* **Brief**:
Which lines run from the one containing "#72=FACE_BOUND('',#71,.T.);" to the last line of the entries? Return them exactly, with nothing more.

(Material provided)

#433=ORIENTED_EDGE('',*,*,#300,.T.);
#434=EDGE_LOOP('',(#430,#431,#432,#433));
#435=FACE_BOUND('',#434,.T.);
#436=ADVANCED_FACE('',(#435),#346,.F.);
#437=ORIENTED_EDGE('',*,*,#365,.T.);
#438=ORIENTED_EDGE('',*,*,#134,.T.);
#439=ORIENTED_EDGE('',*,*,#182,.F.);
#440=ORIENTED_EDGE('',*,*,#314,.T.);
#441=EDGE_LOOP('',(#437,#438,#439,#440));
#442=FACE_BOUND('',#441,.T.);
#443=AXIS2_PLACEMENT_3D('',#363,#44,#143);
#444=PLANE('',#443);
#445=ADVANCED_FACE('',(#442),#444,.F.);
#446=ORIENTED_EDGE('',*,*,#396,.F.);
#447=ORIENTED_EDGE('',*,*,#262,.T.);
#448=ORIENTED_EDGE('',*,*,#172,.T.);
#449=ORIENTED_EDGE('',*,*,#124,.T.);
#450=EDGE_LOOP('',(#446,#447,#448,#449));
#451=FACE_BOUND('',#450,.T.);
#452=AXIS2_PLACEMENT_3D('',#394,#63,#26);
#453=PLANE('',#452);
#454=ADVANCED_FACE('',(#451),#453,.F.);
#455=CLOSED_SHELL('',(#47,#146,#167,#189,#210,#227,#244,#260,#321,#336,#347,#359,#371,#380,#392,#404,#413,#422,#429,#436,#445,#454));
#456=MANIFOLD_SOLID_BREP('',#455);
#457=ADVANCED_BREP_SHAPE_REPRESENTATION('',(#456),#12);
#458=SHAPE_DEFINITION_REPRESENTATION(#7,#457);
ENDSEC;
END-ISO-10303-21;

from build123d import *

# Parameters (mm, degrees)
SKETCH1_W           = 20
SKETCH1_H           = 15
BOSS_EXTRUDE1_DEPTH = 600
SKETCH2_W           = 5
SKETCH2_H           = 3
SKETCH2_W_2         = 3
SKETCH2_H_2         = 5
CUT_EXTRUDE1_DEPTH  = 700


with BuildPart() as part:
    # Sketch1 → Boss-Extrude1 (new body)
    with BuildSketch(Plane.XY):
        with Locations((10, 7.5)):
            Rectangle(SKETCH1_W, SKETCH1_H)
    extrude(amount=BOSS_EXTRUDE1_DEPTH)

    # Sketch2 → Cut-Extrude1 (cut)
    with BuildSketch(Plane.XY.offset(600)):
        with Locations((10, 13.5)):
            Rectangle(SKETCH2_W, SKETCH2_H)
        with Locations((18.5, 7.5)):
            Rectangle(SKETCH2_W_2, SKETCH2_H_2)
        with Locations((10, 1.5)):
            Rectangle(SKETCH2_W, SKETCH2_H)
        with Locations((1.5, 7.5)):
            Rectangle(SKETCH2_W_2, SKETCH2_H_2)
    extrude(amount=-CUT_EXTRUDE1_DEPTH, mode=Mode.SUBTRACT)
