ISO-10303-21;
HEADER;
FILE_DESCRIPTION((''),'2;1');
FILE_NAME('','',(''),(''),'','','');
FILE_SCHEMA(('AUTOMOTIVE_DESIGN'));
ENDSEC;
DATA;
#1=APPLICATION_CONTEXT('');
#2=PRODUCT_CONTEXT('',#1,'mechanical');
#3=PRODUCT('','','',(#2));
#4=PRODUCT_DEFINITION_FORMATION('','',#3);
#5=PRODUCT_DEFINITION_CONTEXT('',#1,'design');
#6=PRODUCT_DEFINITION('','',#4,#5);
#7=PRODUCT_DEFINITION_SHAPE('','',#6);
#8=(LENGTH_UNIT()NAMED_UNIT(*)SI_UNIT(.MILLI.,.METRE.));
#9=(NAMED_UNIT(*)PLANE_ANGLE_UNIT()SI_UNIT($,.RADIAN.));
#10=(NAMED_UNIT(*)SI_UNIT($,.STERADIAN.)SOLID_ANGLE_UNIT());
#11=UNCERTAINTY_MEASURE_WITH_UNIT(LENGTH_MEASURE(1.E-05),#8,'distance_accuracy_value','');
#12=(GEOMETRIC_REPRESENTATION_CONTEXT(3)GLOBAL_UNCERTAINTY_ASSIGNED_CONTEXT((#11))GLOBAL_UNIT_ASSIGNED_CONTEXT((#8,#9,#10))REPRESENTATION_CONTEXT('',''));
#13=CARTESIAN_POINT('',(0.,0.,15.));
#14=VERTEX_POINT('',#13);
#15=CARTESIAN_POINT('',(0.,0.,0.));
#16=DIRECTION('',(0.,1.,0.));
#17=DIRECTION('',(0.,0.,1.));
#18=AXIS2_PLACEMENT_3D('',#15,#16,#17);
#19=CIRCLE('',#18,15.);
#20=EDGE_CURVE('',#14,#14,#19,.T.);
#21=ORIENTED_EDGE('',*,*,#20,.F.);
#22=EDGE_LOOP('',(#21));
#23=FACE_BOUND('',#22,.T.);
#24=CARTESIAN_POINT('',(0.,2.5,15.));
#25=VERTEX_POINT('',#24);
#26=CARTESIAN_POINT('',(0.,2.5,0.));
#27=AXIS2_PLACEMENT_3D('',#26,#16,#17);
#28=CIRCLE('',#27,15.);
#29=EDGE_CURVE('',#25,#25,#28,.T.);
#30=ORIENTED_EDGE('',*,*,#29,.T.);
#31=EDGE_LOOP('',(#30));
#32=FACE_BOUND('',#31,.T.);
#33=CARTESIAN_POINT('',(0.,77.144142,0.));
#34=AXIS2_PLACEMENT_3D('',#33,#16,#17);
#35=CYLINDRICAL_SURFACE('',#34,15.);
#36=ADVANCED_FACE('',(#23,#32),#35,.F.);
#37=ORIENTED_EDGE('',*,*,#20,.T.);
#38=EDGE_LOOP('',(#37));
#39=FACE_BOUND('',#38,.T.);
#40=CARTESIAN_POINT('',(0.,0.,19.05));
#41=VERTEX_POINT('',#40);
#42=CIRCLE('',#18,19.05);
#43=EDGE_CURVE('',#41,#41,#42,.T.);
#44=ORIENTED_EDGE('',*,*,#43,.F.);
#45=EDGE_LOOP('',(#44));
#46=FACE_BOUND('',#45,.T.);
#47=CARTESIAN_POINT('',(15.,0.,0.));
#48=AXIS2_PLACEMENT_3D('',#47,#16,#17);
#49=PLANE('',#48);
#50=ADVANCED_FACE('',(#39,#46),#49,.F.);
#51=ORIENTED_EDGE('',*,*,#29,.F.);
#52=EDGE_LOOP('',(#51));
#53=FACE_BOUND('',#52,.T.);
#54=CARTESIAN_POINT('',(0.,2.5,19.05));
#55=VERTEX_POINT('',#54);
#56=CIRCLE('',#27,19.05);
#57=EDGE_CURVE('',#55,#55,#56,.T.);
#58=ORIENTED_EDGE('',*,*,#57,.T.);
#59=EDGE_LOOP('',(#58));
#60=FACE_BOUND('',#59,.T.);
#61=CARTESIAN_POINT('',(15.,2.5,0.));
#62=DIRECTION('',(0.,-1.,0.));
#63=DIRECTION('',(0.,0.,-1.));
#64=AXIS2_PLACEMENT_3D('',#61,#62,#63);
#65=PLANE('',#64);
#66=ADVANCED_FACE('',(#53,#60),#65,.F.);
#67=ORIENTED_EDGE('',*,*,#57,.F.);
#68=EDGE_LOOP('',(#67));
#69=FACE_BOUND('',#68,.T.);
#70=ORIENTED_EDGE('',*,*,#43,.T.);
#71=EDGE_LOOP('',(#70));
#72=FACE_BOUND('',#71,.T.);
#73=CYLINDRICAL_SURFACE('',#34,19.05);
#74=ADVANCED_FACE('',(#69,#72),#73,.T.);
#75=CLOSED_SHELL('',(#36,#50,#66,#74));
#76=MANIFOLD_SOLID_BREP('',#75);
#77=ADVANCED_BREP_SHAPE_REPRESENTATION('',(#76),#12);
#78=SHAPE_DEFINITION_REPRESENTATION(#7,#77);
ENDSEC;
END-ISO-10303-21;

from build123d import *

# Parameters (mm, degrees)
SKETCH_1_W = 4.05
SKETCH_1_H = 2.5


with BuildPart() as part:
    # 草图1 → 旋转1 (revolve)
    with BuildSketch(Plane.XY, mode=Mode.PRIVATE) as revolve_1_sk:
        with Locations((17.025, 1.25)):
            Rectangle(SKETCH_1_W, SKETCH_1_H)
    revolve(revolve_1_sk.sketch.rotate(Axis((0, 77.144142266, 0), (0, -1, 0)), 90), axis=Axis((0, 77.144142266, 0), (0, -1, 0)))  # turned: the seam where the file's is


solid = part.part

(End Material provided)

* **Your solution**:
#72=FACE_BOUND('',#71,.T.);
#73=CYLINDRICAL_SURFACE('',#34,19.05);
#74=ADVANCED_FACE('',(#69,#72),#73,.T.);
#75=CLOSED_SHELL('',(#36,#50,#66,#74));
#76=MANIFOLD_SOLID_BREP('',#75);
#77=ADVANCED_BREP_SHAPE_REPRESENTATION('',(#76),#12);
#78=SHAPE_DEFINITION_REPRESENTATION(#7,#77);
ENDSEC;
END-ISO-10303-21;

from build123d import *

# Parameters (mm, degrees)
SKETCH_1_W = 4.05
SKETCH_1_H = 2.5


with BuildPart() as part:
    # 草图1 → 旋转1 (revolve)
    with BuildSketch(Plane.XY, mode=Mode.PRIVATE) as revolve_1_sk:
        with Locations((17.025, 1.25)):
            Rectangle(SKETCH_1_W, SKETCH_1_H)
    revolve(revolve_1_sk.sketch.rotate(Axis((0, 77.144142266, 0), (0, -1, 0)), 90), axis=Axis((0, 77.144142266, 0), (0, -1, 0)))  # turned: the seam where the file's is


solid = part.part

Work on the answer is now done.